Sent from my GT-I9100 using Plumbing Zone


----------



## 422 plumber (Jul 31, 2008)

Heck yeah! I will pm you.


----------



## Bigcim (Feb 22, 2013)

i love *Key-Tite *hard to get though. only certain places carry it and I have to remember when im there


----------



## ILPlumber (Jun 17, 2008)

I need to open a wholesale branch....

Sent from my iPad using PlumbingZone


----------



## MDPlumber1977 (Mar 4, 2013)

Tape- Blue Monster or 3 wrap Red!!!!!!! all the way!!!!!!. Pipe Dope for NSF 61 applications Blue Monster. Gas and Mechanical work Hercules Blu Block.


----------



## Plumberman911 (Dec 23, 2012)

What is key-tite?


----------



## 422 plumber (Jul 31, 2008)

It's a brand of dope. It is real thick and olive green. It says on the can that it seals iffy joints, and it does. It's the best stuff I have ever used. I will post a link later.

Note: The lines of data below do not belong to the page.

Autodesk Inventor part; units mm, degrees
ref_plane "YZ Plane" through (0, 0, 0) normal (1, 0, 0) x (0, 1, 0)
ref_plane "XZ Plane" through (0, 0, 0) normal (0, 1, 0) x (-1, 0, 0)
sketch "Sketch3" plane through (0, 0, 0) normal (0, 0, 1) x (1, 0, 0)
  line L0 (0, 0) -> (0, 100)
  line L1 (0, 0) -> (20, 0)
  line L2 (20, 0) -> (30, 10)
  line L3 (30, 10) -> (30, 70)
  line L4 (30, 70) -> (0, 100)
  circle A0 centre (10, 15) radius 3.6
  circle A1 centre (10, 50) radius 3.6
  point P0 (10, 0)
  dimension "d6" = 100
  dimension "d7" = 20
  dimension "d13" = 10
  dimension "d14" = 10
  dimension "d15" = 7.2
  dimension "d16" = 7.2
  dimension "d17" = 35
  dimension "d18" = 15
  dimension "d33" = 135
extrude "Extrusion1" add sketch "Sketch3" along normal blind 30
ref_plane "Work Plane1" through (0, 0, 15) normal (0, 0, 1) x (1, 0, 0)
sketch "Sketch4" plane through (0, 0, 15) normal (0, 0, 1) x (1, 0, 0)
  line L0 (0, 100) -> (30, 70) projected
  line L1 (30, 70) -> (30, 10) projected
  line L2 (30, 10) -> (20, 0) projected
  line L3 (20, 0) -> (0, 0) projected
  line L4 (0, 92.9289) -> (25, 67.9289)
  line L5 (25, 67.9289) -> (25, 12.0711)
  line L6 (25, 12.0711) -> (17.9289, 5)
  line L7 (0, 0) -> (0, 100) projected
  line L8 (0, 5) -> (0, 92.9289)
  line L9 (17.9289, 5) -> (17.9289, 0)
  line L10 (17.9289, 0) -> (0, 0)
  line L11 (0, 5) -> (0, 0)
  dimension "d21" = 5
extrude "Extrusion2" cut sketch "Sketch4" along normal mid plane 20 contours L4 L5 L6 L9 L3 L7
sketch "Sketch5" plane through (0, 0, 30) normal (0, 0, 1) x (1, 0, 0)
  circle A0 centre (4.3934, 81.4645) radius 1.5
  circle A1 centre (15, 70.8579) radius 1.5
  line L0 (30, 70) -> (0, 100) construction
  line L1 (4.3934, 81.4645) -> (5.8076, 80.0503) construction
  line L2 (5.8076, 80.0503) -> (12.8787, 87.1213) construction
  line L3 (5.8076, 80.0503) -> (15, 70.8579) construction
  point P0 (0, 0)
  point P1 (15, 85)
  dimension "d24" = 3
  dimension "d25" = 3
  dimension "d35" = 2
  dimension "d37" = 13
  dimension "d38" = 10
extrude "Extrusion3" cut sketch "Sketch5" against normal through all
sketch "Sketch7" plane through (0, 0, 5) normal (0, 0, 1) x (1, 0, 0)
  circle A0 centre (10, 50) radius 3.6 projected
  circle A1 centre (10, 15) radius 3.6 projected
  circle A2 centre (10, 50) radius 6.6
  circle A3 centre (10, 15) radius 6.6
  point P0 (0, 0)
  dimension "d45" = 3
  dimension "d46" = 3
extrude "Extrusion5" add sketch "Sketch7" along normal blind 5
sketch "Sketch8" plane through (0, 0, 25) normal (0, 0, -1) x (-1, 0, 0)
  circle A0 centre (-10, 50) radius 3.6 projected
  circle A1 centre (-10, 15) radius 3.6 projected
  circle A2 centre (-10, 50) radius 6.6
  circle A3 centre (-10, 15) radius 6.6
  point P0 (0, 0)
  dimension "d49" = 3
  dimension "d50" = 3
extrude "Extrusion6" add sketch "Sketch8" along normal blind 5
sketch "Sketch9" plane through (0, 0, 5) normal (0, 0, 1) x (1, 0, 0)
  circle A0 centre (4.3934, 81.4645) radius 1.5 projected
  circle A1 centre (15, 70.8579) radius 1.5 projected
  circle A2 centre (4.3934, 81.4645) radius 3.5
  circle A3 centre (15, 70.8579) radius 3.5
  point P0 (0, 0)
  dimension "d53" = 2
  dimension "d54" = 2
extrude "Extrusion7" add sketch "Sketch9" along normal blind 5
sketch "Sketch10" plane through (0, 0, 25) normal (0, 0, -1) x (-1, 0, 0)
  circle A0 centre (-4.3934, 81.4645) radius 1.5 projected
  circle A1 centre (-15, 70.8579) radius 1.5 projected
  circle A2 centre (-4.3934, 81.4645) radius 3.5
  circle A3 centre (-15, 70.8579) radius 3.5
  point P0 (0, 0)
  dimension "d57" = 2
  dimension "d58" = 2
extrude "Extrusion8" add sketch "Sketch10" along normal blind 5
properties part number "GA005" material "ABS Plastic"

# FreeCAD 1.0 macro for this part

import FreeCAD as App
import Part
import Sketcher
from FreeCAD import Vector
Q = App.Units.Quantity

doc = App.newDocument("Part")
params = doc.addObject("Spreadsheet::Sheet", "Params")
for row, (alias, value) in enumerate([
    ("sketch1_diameter", "7.2 mm"),
    ("sketch1_width", "20 mm"),
    ("sketch1_height", "100 mm"),
    ("pad1_length", "30 mm"),
    ("sketch2_height", "5 mm"),
    ("sketch2_length", "10 mm"),
    ("pocket1_length", "20 mm"),
    ("sketch3_diameter", "3 mm"),
    ("sketch4_diameter", "13.2 mm"),
    ("sketch4_diameter2", "7.2 mm"),
    ("pad2_length", "5 mm"),
    ("sketch5_diameter", "13.2 mm"),
    ("sketch5_diameter2", "7.2 mm"),
    ("pad3_length", "5 mm"),
    ("sketch6_diameter", "7 mm"),
    ("sketch6_diameter2", "3 mm"),
    ("pad4_length", "5 mm"),
    ("sketch7_diameter", "7 mm"),
    ("sketch7_diameter2", "3 mm"),
    ("pad5_length", "5 mm"),
], start=1):
    params.set(f"A{row}", alias)
    params.set(f"B{row}", "=" + value)
    params.setAlias(f"B{row}", alias)

body = doc.addObject("PartDesign::Body", "Body")

sketch1 = body.newObject("Sketcher::SketchObject", "Sketch")
sketch1.AttachmentSupport = (doc.getObject("XY_Plane"), [""])
sketch1.MapMode = "FlatFace"
sketch1.addGeometry([
    Part.LineSegment(Vector(0, 100, 0), Vector(0, 0, 0)),
    Part.LineSegment(Vector(0, 0, 0), Vector(20, 0, 0)),
    Part.LineSegment(Vector(20, 0, 0), Vector(30, 10, 0)),
    Part.LineSegment(Vector(30, 10, 0), Vector(30, 70, 0)),
    Part.LineSegment(Vector(30, 70, 0), Vector(0, 100, 0)),
    Part.Circle(Vector(10, 15, 0), Vector(0, 0, 1), 3.6),
    Part.Circle(Vector(10, 50, 0), Vector(0, 0, 1), 3.6),
], False)
sketch1.addConstraint([
    Sketcher.Constraint("Coincident", 0, 2, 1, 1),
    Sketcher.Constraint("Coincident", 1, 2, 2, 1),
    Sketcher.Constraint("Coincident", 2, 2, 3, 1),
    Sketcher.Constraint("Coincident", 3, 2, 4, 1),
    Sketcher.Constraint("Coincident", 4, 2, 0, 1),
    Sketcher.Constraint("Vertical", 0),
    Sketcher.Constraint("Horizontal", 1),
    Sketcher.Constraint("Vertical", 3),
    Sketcher.Constraint("Coincident", 0, 2, -1, 1),
    Sketcher.Constraint("Equal", 5, 6),
    Sketcher.Constraint("Perpendicular", 2, 4),
    Sketcher.Constraint("Vertical", 5, 3, 6, 3),
    Sketcher.Constraint("Diameter", 5, 7.2),
    Sketcher.Constraint("DistanceX", 1, 1, 1, 2, 20.0),
    Sketcher.Constraint("DistanceY", 0, 2, 0, 1, 100.0),
    Sketcher.Constraint("Angle", 4, Q("135 deg")),
    Sketcher.Constraint("DistanceX", -1, 1, 5, 3, 10.0),
    Sketcher.Constraint("DistanceY", -1, 1, 5, 3, 15.0),
    Sketcher.Constraint("DistanceY", -1, 1, 2, 2, 10.0),
    Sketcher.Constraint("DistanceY", 5, 3, 6, 3, 35.0),
])
sketch1.setExpression("Constraints[12]", "Params.sketch1_diameter")
sketch1.setExpression("Constraints[13]", "Params.sketch1_width")
sketch1.setExpression("Constraints[14]", "Params.sketch1_height")
pad1 = body.newObject("PartDesign::Pad", "Pad")
pad1.Profile = sketch1
pad1.setExpression("Length", "Params.pad1_length")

http://www.keytite.com/store/index.php?main_page=index&cPath=1


----------



## Justin Gruver (Apr 9, 2012)

So, Teflon then dope? Or dope then Teflon. That's the big debate I have with my fellow plumbers. It's half and half in my shop. I myself put the Teflon tape on first then the dope. No real reason for it. That's just how I always have done it.


----------



## DIZ (Nov 17, 2010)

tape then dope. Blue magic by whitlam, tape depends on potable or gas.


----------



## TX MECH PLUMBER (May 27, 2011)

T+2. Dope. It has Teflon in it !!! I only Teflon old threads!!


----------



## dclarke (Dec 22, 2012)

I clean old thread with a wire brush. Lots of times I will use just tape lots of times its just dope. Sometimes I use both


----------



## Plumbducky (Jun 12, 2010)

Blue Monster tape first then Mega-loc or Gasoila dope.


----------



## damnplumber (Jan 22, 2012)

Tape and Dope ... I like the pretty blue stuff


----------



## Kevan (Jul 5, 2010)

What is the *theory* behind using both? To me it sounds like using the same product twice--like, for instance, using twice as much RectumSeal #5: the excess doesn't seal the joint better, it just gets pushed off the threads while the joint is being made up.

What am I missing here?


----------



## Justin Gruver (Apr 9, 2012)

Kevan said:


> What is the theory behind using both? To me it sounds like using the same product twice--like, for instance, using twice as much RectumSeal #5: the excess doesn't seal the joint better, it just gets pushed off the threads while the joint is being made up.
> 
> What am I missing here?


Better safe then sorry is my philosophy. Do it once, do it right. No call backs!


----------



## Rando (Dec 31, 2012)

Kevan said:


> What is the *theory* behind using both? To me it sounds like using the same product twice--like, for instance, using twice as much RectumSeal #5: the excess doesn't seal the joint better, it just gets pushed off the threads while the joint is being made up.
> 
> What am I missing here?


You're not missing anything, it's totally unecessary.


----------



## 422 plumber (Jul 31, 2008)

Rando said:


> You're not missing anything, it's totally unecessary.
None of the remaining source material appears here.